- _Work instruction_:
What lines below include the string "Innofader"? Pick them out and copy them.

=-=-=-=-=

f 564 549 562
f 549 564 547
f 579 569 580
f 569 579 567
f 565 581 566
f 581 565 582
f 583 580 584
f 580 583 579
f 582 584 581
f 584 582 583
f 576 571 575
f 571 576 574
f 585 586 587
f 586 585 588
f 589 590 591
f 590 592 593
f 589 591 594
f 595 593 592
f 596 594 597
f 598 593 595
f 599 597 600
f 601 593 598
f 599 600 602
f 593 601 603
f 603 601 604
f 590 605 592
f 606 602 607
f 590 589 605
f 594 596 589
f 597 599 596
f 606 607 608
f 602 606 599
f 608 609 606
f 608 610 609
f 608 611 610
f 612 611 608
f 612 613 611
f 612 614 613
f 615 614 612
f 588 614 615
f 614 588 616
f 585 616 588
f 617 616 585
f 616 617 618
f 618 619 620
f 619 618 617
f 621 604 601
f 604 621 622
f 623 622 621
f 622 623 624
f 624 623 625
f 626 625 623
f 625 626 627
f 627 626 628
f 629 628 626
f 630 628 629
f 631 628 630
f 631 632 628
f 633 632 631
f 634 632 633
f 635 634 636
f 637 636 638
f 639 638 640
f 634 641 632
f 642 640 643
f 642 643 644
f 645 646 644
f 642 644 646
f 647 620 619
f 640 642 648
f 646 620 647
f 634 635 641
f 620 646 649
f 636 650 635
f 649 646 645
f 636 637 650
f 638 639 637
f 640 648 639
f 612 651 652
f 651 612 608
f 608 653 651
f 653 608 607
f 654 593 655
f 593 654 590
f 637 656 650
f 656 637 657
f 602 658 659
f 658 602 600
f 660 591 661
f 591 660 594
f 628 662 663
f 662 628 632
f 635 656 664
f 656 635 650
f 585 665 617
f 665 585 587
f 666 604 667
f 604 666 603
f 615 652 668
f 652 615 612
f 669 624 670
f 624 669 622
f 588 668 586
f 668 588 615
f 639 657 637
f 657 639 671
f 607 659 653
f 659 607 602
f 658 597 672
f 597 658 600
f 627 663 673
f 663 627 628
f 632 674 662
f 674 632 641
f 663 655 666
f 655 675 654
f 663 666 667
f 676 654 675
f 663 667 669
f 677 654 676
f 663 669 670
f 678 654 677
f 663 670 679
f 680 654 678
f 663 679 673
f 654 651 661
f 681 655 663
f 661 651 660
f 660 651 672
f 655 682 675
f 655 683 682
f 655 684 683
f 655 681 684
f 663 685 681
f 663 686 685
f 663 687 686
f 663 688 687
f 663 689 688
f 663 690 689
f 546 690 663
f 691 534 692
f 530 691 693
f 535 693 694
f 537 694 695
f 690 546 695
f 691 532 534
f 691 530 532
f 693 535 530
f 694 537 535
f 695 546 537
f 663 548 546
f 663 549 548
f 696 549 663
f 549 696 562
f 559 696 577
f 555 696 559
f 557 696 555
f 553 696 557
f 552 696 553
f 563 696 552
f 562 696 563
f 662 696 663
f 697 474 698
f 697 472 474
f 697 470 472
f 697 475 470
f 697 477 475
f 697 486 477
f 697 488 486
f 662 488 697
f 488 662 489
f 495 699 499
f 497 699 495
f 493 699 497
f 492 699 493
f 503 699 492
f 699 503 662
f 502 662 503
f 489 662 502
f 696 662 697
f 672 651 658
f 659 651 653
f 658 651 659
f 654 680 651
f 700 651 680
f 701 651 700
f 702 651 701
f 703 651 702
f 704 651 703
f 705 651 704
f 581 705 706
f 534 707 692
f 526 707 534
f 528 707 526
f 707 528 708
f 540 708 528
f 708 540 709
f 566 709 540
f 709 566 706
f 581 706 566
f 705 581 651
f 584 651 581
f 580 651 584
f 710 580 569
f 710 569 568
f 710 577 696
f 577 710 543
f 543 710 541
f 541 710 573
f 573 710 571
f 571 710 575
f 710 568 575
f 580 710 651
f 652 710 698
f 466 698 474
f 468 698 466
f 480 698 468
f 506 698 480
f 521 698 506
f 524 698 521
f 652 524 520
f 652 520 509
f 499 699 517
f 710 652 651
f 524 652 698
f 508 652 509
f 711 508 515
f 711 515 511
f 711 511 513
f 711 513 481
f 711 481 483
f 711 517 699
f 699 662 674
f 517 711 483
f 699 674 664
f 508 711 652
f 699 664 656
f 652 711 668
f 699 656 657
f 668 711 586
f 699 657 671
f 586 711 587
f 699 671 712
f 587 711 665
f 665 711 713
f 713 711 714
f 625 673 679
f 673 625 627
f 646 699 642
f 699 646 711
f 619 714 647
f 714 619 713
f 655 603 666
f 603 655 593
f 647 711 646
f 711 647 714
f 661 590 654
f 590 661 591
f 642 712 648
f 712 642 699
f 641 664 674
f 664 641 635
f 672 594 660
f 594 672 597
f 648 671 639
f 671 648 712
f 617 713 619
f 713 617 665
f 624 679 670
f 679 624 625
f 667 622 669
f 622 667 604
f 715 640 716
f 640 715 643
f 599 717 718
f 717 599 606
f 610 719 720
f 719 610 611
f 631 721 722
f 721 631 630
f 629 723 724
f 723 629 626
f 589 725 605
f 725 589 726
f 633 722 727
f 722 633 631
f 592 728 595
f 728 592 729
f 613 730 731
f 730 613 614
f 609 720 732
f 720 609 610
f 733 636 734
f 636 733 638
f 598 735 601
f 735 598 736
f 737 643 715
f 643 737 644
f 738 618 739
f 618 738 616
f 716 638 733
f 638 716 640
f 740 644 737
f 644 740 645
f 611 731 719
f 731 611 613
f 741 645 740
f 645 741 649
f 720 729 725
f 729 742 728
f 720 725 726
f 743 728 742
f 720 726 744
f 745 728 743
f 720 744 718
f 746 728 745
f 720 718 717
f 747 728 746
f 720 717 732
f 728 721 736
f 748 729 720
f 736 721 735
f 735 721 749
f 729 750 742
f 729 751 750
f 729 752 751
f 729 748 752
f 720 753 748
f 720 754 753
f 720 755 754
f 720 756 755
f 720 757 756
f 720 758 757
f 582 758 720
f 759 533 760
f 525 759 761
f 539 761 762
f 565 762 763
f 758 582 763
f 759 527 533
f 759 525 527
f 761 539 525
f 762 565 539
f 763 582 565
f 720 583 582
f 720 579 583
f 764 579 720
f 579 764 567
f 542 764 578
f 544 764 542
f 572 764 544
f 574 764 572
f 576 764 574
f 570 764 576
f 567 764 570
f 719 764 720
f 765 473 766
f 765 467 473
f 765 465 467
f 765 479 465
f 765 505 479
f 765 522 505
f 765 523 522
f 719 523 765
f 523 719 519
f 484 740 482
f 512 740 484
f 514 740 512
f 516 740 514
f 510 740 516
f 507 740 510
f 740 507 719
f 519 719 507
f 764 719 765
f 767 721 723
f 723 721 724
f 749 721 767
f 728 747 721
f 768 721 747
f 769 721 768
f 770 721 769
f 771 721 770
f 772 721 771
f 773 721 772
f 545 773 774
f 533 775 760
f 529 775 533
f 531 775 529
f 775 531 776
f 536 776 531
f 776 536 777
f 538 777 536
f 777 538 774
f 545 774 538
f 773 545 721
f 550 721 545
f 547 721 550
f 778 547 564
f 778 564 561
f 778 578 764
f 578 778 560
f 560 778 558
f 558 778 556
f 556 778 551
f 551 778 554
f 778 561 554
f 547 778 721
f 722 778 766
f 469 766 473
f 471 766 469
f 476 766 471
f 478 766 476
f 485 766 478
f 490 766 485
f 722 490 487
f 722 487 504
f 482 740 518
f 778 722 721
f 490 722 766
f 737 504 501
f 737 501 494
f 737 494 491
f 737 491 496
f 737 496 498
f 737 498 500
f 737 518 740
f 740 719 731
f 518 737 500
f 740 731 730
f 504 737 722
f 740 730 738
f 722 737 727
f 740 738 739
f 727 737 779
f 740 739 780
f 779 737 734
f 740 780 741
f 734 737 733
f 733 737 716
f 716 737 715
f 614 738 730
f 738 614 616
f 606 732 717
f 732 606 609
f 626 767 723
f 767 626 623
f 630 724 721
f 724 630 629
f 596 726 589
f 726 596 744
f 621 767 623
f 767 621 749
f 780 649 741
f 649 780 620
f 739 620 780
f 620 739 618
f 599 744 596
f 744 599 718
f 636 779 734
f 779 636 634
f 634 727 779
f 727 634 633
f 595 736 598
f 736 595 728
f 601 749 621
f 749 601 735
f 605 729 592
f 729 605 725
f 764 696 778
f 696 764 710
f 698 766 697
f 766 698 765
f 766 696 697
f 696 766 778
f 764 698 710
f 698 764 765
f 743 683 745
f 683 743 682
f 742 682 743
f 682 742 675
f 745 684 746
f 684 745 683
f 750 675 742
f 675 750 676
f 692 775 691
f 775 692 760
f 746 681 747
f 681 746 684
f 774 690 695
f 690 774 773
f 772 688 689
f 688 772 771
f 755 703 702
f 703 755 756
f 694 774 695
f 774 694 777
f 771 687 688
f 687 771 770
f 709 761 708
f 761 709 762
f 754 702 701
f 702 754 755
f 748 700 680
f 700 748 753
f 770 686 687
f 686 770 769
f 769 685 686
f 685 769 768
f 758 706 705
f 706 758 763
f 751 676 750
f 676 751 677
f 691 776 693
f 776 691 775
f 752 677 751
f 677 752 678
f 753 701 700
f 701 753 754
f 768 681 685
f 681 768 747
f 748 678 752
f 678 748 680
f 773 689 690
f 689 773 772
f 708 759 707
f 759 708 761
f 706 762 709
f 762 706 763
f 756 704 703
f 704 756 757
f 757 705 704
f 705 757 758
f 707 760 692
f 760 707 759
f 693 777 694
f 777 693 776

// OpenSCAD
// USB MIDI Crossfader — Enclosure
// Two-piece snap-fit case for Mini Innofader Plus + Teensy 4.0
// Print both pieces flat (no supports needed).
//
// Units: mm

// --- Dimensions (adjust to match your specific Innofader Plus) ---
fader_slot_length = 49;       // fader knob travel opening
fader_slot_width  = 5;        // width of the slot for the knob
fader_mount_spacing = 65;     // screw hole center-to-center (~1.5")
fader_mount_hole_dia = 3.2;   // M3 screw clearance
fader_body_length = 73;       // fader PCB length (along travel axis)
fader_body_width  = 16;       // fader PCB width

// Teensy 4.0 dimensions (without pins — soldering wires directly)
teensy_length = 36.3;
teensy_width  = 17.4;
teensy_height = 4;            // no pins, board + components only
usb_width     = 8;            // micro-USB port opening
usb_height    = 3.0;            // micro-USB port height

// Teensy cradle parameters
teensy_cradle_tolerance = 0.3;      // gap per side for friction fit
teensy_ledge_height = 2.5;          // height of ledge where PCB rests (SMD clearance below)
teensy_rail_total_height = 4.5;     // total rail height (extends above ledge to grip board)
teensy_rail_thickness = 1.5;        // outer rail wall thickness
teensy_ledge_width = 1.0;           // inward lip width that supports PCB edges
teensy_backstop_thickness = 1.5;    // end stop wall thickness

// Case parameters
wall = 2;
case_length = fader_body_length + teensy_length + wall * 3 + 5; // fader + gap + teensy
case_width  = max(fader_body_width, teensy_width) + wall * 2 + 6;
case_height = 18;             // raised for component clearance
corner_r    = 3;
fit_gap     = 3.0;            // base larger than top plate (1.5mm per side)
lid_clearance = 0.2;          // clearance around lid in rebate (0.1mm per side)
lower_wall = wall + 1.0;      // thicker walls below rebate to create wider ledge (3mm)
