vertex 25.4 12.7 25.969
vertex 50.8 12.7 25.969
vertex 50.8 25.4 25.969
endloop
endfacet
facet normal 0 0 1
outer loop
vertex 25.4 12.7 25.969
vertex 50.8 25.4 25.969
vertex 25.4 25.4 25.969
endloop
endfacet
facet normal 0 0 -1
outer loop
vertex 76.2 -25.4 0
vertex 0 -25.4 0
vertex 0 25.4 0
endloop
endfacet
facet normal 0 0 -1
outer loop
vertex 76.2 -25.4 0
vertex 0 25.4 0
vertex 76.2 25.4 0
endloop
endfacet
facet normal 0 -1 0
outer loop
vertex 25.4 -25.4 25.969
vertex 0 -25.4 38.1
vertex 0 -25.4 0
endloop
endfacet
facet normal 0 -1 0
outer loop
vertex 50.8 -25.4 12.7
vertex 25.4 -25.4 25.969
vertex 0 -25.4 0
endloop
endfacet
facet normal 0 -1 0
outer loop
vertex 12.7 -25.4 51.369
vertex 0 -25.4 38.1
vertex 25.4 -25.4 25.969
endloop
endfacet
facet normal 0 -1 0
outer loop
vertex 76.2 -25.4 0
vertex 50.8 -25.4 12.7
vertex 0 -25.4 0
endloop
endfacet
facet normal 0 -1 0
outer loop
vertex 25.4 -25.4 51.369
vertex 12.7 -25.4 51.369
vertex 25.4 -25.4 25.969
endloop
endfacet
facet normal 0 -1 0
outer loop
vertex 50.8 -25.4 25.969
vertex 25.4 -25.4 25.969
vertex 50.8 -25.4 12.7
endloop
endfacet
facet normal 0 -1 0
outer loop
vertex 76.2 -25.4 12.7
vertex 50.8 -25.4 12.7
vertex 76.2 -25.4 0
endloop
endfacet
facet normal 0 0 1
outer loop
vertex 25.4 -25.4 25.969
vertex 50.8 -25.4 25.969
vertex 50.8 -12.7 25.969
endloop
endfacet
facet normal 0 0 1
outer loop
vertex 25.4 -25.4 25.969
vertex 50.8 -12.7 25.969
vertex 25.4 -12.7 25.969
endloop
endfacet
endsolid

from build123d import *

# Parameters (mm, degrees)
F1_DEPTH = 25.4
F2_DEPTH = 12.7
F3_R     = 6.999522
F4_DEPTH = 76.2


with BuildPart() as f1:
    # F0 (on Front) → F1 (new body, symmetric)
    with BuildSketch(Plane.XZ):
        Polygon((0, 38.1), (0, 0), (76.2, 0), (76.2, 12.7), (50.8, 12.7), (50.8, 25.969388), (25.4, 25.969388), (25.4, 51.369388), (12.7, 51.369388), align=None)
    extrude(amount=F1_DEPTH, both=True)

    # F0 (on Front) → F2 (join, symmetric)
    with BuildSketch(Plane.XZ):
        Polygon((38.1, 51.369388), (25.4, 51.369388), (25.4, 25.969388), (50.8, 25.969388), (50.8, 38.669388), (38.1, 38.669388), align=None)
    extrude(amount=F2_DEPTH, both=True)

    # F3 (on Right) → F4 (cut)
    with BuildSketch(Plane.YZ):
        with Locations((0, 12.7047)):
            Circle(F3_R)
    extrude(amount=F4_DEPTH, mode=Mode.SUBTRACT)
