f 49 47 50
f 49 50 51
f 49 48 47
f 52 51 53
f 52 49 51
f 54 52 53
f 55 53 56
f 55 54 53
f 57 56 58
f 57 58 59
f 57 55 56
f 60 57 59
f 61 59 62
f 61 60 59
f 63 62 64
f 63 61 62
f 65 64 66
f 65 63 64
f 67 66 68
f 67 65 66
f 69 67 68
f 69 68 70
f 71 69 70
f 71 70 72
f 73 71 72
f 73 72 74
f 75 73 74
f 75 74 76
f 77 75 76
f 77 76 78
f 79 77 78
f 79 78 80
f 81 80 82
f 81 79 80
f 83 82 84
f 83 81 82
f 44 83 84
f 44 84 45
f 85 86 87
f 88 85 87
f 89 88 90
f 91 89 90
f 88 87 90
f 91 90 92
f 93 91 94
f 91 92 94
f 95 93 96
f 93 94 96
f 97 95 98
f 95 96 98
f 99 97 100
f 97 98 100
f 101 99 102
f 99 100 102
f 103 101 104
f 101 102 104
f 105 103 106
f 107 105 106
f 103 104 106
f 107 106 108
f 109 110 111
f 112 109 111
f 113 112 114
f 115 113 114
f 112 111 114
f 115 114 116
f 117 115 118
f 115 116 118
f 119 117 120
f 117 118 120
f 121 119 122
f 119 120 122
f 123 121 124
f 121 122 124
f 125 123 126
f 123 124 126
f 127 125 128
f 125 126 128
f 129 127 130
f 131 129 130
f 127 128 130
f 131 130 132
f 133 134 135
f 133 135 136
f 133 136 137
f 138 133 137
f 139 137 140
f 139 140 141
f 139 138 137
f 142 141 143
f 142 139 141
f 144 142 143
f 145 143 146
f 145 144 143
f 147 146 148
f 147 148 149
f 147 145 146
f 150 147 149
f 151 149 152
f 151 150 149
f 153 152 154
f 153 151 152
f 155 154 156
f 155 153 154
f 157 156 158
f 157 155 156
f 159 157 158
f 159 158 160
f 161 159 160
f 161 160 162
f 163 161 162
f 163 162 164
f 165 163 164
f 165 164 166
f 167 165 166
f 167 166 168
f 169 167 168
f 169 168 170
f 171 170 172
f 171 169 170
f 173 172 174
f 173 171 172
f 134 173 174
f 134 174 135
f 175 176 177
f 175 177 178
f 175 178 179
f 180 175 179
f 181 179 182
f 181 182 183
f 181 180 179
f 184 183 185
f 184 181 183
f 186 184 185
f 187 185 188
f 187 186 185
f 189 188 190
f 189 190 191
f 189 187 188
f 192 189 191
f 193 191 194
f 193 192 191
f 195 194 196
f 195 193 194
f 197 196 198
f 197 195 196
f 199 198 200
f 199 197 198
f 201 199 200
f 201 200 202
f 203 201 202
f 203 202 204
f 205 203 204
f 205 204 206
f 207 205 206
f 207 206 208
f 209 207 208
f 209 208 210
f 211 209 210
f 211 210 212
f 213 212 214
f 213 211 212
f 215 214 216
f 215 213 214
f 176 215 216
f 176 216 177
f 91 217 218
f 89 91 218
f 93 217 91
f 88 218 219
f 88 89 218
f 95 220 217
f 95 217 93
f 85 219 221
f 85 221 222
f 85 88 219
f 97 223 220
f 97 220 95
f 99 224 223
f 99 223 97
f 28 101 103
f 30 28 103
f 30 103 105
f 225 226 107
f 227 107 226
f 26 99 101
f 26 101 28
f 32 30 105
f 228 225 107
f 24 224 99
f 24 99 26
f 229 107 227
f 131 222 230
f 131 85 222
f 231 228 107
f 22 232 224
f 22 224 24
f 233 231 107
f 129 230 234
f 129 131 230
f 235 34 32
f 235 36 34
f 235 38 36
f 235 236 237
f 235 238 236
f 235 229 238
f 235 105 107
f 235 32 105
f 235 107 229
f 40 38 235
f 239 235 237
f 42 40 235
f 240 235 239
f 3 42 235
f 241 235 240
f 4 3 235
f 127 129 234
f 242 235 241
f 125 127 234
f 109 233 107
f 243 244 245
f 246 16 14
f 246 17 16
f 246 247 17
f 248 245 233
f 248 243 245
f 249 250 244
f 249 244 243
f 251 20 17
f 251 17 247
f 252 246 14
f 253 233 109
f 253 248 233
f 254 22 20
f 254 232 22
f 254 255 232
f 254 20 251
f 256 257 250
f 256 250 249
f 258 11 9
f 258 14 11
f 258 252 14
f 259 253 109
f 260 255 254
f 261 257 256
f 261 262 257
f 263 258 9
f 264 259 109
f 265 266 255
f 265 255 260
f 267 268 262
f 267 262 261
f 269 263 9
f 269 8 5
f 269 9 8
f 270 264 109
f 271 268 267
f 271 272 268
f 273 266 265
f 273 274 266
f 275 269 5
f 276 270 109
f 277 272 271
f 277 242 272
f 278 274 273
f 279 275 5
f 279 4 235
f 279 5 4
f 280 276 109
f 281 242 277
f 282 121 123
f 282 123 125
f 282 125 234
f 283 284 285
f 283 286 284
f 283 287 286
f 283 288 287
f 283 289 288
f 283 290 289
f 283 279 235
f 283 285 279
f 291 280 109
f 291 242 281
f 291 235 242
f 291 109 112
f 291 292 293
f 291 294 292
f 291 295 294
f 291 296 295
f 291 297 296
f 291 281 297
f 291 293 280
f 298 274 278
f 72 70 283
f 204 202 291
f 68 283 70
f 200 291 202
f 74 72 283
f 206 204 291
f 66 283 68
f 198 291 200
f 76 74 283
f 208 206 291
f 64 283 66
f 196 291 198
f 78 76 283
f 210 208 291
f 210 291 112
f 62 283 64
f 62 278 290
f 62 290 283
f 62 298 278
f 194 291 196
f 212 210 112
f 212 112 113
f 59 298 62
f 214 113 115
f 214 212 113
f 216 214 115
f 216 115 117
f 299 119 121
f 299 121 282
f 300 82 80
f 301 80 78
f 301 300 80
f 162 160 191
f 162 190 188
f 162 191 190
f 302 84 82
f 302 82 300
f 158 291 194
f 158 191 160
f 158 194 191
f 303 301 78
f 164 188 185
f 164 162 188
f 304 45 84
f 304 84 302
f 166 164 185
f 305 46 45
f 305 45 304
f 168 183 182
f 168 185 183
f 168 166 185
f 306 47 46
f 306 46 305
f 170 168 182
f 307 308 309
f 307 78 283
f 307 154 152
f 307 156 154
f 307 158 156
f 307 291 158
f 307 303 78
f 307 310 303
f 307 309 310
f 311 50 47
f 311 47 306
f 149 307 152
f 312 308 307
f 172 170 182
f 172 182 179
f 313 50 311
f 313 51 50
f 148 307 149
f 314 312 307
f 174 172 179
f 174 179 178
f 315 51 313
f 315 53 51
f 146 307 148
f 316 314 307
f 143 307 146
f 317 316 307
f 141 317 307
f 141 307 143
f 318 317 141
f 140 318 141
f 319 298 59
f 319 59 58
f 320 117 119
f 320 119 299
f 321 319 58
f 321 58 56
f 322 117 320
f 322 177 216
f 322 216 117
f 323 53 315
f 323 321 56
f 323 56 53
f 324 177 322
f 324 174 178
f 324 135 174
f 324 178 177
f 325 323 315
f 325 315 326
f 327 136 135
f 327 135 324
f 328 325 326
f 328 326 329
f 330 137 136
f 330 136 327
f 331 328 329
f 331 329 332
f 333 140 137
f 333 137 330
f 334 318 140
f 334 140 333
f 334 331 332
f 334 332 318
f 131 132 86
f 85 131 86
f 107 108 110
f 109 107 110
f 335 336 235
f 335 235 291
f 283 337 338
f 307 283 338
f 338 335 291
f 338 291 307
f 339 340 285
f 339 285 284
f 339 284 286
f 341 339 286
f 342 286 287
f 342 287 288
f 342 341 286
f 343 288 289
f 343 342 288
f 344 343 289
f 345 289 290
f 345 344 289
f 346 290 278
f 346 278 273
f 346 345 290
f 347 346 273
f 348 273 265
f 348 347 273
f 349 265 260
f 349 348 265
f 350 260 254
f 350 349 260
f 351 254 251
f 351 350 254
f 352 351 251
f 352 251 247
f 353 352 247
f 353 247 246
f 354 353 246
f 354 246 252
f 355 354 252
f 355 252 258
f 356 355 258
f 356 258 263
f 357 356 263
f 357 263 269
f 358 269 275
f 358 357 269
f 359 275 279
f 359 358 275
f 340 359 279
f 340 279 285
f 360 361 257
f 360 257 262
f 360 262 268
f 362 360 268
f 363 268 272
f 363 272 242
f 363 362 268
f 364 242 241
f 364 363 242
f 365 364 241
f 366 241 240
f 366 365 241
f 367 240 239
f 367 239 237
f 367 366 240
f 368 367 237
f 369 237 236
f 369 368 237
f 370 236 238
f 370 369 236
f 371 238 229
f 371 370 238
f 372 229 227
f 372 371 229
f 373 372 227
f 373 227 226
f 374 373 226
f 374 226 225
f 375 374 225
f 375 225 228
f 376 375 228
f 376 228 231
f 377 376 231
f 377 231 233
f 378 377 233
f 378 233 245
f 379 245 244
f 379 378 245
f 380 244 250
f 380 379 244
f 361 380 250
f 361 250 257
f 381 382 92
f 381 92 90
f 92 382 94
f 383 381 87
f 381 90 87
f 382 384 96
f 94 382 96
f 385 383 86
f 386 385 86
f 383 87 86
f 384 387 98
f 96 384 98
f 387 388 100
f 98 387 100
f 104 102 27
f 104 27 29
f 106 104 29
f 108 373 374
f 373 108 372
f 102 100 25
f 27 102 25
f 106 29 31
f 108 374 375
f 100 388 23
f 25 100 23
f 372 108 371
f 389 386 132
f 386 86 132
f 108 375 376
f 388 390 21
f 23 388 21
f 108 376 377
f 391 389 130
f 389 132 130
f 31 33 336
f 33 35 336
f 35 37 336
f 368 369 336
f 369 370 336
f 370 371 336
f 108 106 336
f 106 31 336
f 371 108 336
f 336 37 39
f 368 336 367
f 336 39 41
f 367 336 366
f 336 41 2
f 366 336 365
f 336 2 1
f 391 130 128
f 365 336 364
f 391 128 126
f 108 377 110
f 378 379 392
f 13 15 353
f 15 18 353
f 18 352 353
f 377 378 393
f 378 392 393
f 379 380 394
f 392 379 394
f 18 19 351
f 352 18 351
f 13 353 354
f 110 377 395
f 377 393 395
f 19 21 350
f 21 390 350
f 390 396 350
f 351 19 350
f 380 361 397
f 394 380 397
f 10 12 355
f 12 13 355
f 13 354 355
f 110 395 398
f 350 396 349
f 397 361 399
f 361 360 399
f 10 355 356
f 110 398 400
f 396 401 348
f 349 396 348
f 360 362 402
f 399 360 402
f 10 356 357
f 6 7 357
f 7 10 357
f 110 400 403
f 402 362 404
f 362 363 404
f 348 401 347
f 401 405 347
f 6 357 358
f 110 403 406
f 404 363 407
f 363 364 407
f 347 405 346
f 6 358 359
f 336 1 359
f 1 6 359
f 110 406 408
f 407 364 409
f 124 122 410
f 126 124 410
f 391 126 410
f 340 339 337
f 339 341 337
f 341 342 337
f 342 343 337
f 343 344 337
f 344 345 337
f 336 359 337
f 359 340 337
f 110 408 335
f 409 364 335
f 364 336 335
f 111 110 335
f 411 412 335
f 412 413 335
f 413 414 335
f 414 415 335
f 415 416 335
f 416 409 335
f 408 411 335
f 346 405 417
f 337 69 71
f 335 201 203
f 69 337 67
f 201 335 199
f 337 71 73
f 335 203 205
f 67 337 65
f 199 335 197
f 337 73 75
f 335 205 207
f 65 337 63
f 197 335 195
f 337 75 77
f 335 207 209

=-=-=-=-=

- _Task answer_:
// Two-piece snap-fit case for Mini Innofader Plus + Teensy 4.0
// --- Dimensions (adjust to match your specific Innofader Plus) ---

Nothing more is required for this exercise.